In einer anderen Studie mit 26 asymptomatischen Universitätssportlern mit SARS-CoV-2-Infektion wiesen 46 % eine Myokardentzündung auf. Auch 3 Monate nach der Entlassung aus dem Krankenhaus. Bei 29 % der 79 COVID-19-Überlebenden waren weiterhin radiologische Anomalien des ventrikulären Umbaus erkennbar. Die langfristige klinische Bedeutung dieser radiologischen Befunde ist jedoch noch unklar. Herzsymptome wie Brustschmerzen, Herzklopfen und Tachykardie bleiben jedoch oft bis zu 6 Monate bestehen, was auf erhebliche kardiale Folgeerscheinungen schließen lässt.

Schließlich können bei Long-COVID auch langfristige Schäden an anderen Organen eine Rolle spielen. Es wurde berichtet, dass junge Erwachsene, meist ohne Risikofaktoren für eine schwere COVID-19-Erkrankung, nach 4 Monaten häufig eine lange COVID-Erkrankung mit Beeinträchtigung mehrerer Organe entwickeln. Insbesondere lag bei 66 % der Überlebenden mindestens eine radiologische Anomalie der Lunge, des Herzens, der Leber, der Bauchspeicheldrüse, der Nieren oder der Milz vor.

Unabhängig davon ergab eine Studie mit mehr als 40.000 Patienten, die mit COVID-19 entlassen wurden, im Vergleich zu Kontrollpersonen ein erhöhtes Risiko für das Auftreten neuer Atemwegs-, Herz-Kreislauf-Erkrankungen und Diabetes-Ereignisse innerhalb der nächsten 140 Tage. Daher, so der Autor, sei künftige Forschung erforderlich, um die Möglichkeit einer Beteiligung mehrerer Organe zu berücksichtigen, die möglicherweise weniger offensichtlich sei.

> Pathologische Entzündung

Es gab Fälle, in denen COVID-19-Patienten bei einem Echtzeit-Reverse-Transkriptions-Polymerase-Kettenreaktionstest (RT-PCR) bis zu drei Monate lang positiv auf SARS-CoV-2 blieben.

Andere Studien haben mittels quantitativer RT-PCR Fälle einer längeren Ausscheidung von SARS-CoV-2 in den Atemwegen über einen Zeitraum von bis zu 4 Monaten dokumentiert. Unabhängig von offensichtlichen Magen-Darm-Symptomen wurde auch eine längere Ausscheidung von SARS-CoV-2 im Kot über einen Zeitraum von bis zu 2 Monaten festgestellt.

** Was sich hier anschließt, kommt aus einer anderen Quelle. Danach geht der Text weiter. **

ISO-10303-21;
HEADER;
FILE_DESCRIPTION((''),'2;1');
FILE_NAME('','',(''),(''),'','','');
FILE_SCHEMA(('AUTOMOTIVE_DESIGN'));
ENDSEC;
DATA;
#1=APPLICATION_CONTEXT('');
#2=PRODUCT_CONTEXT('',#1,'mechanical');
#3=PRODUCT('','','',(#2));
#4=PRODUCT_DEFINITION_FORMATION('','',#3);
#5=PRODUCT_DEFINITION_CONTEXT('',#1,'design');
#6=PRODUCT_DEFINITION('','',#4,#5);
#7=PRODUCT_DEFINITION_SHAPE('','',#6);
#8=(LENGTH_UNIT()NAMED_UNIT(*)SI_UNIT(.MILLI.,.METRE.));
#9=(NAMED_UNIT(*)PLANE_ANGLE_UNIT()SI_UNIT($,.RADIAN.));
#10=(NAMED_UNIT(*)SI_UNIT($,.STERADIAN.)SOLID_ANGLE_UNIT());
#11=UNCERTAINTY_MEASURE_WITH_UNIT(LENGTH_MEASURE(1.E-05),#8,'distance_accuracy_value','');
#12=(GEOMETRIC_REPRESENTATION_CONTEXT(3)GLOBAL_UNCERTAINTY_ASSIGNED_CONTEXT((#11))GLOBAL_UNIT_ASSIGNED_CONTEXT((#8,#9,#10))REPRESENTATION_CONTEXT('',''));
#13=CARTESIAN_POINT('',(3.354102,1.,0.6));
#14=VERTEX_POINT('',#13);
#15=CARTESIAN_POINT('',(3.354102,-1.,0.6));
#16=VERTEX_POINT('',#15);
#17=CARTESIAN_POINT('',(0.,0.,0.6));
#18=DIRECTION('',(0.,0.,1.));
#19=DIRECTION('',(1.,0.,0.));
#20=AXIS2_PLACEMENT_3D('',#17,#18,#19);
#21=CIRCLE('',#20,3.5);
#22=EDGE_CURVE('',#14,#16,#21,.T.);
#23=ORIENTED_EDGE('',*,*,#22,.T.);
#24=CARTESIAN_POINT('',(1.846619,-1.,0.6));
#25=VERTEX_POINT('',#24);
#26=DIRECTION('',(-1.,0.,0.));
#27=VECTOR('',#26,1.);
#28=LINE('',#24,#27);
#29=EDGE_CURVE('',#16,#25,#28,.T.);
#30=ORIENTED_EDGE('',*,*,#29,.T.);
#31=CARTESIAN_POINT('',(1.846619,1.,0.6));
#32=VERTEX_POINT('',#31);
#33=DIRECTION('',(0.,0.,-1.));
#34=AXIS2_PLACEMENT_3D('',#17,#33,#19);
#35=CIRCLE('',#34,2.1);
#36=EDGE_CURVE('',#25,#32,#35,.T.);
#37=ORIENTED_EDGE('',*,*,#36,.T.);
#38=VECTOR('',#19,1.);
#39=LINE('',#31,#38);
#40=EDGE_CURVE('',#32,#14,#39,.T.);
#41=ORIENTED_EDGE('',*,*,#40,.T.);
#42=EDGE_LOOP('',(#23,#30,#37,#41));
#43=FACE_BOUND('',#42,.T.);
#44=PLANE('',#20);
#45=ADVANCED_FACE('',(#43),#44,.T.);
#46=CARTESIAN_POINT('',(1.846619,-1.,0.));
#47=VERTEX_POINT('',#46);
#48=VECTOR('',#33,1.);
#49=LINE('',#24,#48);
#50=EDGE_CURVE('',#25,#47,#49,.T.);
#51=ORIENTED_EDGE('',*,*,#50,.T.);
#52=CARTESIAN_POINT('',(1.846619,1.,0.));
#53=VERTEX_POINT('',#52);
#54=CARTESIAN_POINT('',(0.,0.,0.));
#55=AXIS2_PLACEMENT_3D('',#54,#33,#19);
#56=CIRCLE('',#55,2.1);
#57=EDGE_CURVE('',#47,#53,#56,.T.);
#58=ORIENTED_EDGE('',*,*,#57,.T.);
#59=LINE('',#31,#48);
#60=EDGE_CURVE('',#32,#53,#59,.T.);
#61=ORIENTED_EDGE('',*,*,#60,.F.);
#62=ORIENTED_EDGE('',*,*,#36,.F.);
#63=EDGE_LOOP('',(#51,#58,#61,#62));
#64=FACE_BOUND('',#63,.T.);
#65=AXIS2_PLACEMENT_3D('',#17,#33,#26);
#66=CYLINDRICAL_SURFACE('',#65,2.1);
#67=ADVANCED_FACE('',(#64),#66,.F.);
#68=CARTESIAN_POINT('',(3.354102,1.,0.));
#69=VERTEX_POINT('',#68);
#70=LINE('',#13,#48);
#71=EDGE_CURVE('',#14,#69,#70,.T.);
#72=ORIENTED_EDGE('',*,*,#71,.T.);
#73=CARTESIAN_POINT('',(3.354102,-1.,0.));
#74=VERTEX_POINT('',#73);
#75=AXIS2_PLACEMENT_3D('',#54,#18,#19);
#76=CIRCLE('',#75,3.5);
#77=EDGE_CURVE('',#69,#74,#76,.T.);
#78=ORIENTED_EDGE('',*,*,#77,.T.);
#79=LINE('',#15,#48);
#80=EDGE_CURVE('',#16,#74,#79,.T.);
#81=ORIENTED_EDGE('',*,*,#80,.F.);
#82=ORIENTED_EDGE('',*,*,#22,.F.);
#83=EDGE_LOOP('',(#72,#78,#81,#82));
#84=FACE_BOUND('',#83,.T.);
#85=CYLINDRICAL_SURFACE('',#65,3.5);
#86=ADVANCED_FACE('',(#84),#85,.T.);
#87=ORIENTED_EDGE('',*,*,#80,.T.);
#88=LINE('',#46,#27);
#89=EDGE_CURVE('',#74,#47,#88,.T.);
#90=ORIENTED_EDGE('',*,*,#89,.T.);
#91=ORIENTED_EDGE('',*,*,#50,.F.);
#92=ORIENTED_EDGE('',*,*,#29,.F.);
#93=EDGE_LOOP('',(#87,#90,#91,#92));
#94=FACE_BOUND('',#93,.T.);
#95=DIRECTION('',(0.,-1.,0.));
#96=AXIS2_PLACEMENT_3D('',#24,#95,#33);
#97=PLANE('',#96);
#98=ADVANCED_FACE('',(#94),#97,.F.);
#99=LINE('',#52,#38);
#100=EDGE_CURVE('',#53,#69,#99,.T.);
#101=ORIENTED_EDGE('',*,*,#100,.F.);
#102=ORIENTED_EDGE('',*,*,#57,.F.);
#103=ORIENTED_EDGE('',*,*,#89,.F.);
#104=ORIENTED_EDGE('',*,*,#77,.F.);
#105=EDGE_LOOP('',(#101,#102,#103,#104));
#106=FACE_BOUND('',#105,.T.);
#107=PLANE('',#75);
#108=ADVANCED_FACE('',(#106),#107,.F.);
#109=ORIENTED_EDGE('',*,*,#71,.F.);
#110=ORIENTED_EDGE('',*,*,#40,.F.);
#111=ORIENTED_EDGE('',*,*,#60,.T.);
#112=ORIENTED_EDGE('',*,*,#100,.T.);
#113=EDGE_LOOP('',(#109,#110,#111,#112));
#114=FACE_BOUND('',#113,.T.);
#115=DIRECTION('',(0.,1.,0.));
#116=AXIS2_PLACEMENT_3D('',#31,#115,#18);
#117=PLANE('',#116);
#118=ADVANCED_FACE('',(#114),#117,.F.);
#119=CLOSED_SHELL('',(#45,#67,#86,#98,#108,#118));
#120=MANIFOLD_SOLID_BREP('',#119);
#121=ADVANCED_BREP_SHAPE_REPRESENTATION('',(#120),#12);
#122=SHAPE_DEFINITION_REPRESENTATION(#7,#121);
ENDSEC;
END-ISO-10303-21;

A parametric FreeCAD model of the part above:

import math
import FreeCAD as App
import Part
import Sketcher

doc = App.newDocument("Part")
body = doc.addObject("PartDesign::Body", "Body")

# Sketch on XY plane
sketch1 = body.newObject("Sketcher::SketchObject", "Sketch")
sketch1.AttachmentSupport = (doc.getObject("XY_Plane"), [""])
sketch1.MapMode = "FlatFace"
sketch1.addGeometry([
    Part.LineSegment(App.Vector(1.846619, 1, 0), App.Vector(3.354102, 1, 0)),
    Part.ArcOfCircle(Part.Circle(App.Vector(0, 0, 0), App.Vector(0, 0, 1), 3.5), math.radians(16.60155), math.radians(343.39845)),
    Part.LineSegment(App.Vector(3.354102, -1, 0), App.Vector(1.846619, -1, 0)),
    Part.ArcOfCircle(Part.Circle(App.Vector(0, 0, 0), App.Vector(0, 0, 1), 2.1), math.radians(28.43689), math.radians(331.56311)),
], False)
sketch1.addConstraint([
    Sketcher.Constraint("Coincident", 0, 2, 1, 1),
    Sketcher.Constraint("Coincident", 1, 2, 2, 1),
    Sketcher.Constraint("Coincident", 2, 2, 3, 2),
    Sketcher.Constraint("Coincident", 3, 1, 0, 1),
    Sketcher.Constraint("Horizontal", 0),
    Sketcher.Constraint("Horizontal", 2),
    Sketcher.Constraint("Coincident", 1, 3, -1, 1),
    Sketcher.Constraint("Coincident", 3, 3, -1, 1),
    Sketcher.Constraint("Vertical", 0, 2, 1, 2),
    Sketcher.Constraint("Radius", 1, 3.5),
    Sketcher.Constraint("Radius", 3, 2.1),
    Sketcher.Constraint("DistanceY", -1, 1, 0, 2, 1.0),
])
pad1 = body.newObject("PartDesign::Pad", "Pad")
pad1.Profile = sketch1
pad1.Length = 0.6

doc.recompute()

SARS-CoV-2-Nukleinsäuren und -Proteine ​​wurden auch im Dünndarm entdeckt, und zwar in 50 % der asymptomatischen COVID-19-Fälle, 4 Monate nach Ausbruch der Krankheit. Daher zeigten diese Studien, dass eine Persistenz von SARS-CoV-2 im Körper möglich ist, was zu einer gewissen Immunaktivierung führen und zur Verlängerung von COVID-19 beitragen kann.

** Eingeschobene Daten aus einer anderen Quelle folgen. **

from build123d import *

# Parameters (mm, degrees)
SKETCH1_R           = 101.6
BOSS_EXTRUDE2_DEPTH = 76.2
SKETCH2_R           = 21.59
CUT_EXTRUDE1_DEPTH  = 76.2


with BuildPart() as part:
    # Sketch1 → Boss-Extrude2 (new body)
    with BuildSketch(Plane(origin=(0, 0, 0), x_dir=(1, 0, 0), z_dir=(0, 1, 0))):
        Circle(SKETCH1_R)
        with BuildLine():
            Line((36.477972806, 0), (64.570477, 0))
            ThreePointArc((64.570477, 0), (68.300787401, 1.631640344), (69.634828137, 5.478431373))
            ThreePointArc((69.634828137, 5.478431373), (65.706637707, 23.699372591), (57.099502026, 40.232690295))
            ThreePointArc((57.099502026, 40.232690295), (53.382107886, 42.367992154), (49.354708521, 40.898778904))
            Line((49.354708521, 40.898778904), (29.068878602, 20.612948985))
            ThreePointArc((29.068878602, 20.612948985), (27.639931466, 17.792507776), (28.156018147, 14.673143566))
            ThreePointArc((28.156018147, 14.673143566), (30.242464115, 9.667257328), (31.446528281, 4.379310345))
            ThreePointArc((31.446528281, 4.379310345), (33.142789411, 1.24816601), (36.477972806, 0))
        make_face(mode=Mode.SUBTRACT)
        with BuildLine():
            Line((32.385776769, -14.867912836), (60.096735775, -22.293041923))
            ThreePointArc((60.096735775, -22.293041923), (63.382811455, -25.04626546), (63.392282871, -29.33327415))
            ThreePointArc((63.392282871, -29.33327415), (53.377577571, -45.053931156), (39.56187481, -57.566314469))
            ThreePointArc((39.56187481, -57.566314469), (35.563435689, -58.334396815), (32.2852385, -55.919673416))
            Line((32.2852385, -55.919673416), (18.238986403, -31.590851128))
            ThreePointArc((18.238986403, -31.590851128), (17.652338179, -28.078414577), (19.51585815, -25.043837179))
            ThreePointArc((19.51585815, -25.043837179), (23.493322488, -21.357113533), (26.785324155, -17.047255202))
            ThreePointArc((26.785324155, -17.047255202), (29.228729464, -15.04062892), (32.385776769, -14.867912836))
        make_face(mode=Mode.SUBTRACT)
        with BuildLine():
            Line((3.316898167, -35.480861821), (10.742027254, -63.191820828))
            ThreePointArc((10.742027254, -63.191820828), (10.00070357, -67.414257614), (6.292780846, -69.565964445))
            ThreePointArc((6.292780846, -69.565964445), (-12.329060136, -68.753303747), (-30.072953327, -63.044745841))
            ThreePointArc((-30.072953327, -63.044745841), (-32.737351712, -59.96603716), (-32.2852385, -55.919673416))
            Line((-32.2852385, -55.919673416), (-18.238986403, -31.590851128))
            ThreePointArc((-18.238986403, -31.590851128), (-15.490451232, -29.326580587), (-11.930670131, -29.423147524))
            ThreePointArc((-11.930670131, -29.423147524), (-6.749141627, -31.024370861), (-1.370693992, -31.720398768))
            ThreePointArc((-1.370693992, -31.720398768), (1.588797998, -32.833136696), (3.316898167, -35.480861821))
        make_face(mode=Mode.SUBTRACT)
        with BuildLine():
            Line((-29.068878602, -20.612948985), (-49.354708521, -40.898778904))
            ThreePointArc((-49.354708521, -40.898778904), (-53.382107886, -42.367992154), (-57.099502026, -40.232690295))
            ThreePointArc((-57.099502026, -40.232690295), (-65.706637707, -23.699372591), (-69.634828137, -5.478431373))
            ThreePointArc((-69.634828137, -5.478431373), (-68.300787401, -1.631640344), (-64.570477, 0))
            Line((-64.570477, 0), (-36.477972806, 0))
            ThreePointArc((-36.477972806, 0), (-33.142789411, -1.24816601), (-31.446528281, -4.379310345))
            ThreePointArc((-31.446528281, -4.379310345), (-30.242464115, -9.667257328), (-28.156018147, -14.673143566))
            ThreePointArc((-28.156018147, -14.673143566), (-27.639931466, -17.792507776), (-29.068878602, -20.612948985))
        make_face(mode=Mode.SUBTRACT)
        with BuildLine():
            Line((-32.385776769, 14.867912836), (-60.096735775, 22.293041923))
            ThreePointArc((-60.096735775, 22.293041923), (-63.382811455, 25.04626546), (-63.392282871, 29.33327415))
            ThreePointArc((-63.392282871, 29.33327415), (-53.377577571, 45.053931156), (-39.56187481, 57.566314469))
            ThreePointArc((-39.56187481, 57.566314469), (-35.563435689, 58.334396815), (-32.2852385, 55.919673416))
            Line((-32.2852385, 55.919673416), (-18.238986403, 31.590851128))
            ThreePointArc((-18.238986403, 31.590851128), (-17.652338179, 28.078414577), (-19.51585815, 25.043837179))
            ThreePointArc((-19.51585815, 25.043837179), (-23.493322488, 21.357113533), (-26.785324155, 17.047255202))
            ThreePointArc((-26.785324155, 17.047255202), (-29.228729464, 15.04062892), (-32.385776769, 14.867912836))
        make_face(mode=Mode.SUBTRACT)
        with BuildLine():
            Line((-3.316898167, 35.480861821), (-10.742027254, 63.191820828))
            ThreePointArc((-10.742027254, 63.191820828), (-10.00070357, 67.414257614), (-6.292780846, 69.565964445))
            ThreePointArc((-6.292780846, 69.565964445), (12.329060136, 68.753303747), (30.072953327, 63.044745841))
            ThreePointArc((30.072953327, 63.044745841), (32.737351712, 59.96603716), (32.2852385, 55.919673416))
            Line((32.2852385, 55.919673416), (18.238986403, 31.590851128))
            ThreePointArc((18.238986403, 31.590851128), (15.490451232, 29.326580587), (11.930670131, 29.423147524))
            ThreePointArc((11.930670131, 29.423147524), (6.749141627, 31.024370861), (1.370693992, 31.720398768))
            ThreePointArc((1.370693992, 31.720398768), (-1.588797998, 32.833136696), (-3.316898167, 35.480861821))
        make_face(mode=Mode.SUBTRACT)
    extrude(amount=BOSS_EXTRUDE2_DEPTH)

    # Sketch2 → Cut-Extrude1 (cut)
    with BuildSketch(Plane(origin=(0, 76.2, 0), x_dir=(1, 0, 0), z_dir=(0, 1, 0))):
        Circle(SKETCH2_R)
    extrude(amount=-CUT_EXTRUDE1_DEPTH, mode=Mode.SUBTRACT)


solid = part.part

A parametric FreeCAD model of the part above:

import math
import FreeCAD as App
import Part
import Sketcher

V = App.Vector
Q = App.Units.Quantity

doc = App.newDocument("Part")
params = doc.addObject("Spreadsheet::Sheet", "Params")
for row, (alias, value) in enumerate([
    ("sketch1_diameter", "8 in"),
    ("sketch1_radius", "0.2 in"),
    ("sketch1_radius2", "2.75 in"),
    ("sketch1_radius3", "1.25 in"),
    ("pad1_length", "3 in"),
    ("sketch2_diameter", "1.7 in"),
    ("pocket1_length", "3 in"),
], start=1):
    params.set(f"A{row}", alias)
    params.set(f"B{row}", "=" + value)
    params.setAlias(f"B{row}", alias)

body = doc.addObject("PartDesign::Body", "Body")

# Sketch on XZ plane
sketch1 = doc.addObject("Sketcher::SketchObject", "Sketch")
body.addObject(sketch1)
sketch1.AttachmentSupport = (doc.XZ_Plane, [""])
sketch1.MapMode = "FlatFace"
sketch1.addGeometry(Part.Circle(V(0, 0, 0), V(0, 0, 1), 102), False)
sketch1.addGeometry(Part.ArcOfCircle(Part.Circle(V(-2, 37, 0), V(0, 0, 1), 5), math.radians(-88), math.radians(-15)), False)
sketch1.addGeometry(Part.LineSegment(V(3, 35, 0), V(11, 63, 0)), False)
sketch1.addGeometry(Part.ArcOfCircle(Part.Circle(V(6, 65, 0), V(0, 0, 1), 5), math.radians(-15), math.radians(85)), False)
sketch1.addGeometry(Part.ArcOfCircle(Part.Circle(V(0, 0, 0), V(0, 0, 1), 70), math.radians(85), math.radians(116)), False)
sketch1.addGeometry(Part.ArcOfCircle(Part.Circle(V(-28, 58, 0), V(0, 0, 1), 5), math.radians(116), math.radians(210)), False)
sketch1.addGeometry(Part.LineSegment(V(-32, 56, 0), V(-18, 32, 0)), False)
sketch1.addGeometry(Part.ArcOfCircle(Part.Circle(V(-14, 34, 0), V(0, 0, 1), 5), math.radians(-150), math.radians(-68)), False)
sketch1.addGeometry(Part.ArcOfCircle(Part.Circle(V(0, 0, 0), V(0, 0, 1), 32), math.radians(92.47), math.radians(112.07)), False)
sketch1.addGeometry(Part.ArcOfCircle(Part.Circle(V(-33, 17, 0), V(0, 0, 1), 5), math.radians(-28), math.radians(45)), False)
sketch1.addGeometry(Part.LineSegment(V(-29, 21, 0), V(-49, 41, 0)), False)
sketch1.addGeometry(Part.ArcOfCircle(Part.Circle(V(-53, 37, 0), V(0, 0, 1), 5), math.radians(45), math.radians(145)), False)
sketch1.addGeometry(Part.ArcOfCircle(Part.Circle(V(0, 0, 0), V(0, 0, 1), 70), math.radians(145), math.radians(176)), False)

In einer Übersichtsarbeit wurde vorgeschlagen, dass eine T-Zell-Dysfunktion die Pathophysiologie von Long-COVID ähnlich wie bei Autoimmunerkrankungen fördern könnte.

Überraschenderweise wurde bei 15–20 % der COVID-19-Patienten eine Schilddrüsenfunktionsstörung festgestellt. Da die Schilddrüse eng mit der T-Zell-vermittelten Autoimmunität zusammenhängt, könnte ihre Funktionsstörung eine Rolle in der Pathophysiologie der langen COVID-Autoimmunität spielen. B-Zellen könnten auch an der langen COVID-Autoimmunität beteiligt sein.

Andererseits  wurden in 52 % der Serumproben Antiphospholipid-Autoantikörper gefunden, die mit einer Neutrophilen-Hyperaktivität und einem schwerwiegenderen Krankheitsbild einhergehen. Bei 10–50 % der Patienten mit COVID-19 wurden auch andere Autoantikörper gegen Interferone, Neutrophile, Bindegewebe, zyklische citrullinierte Peptide und Zellkerne identifiziert.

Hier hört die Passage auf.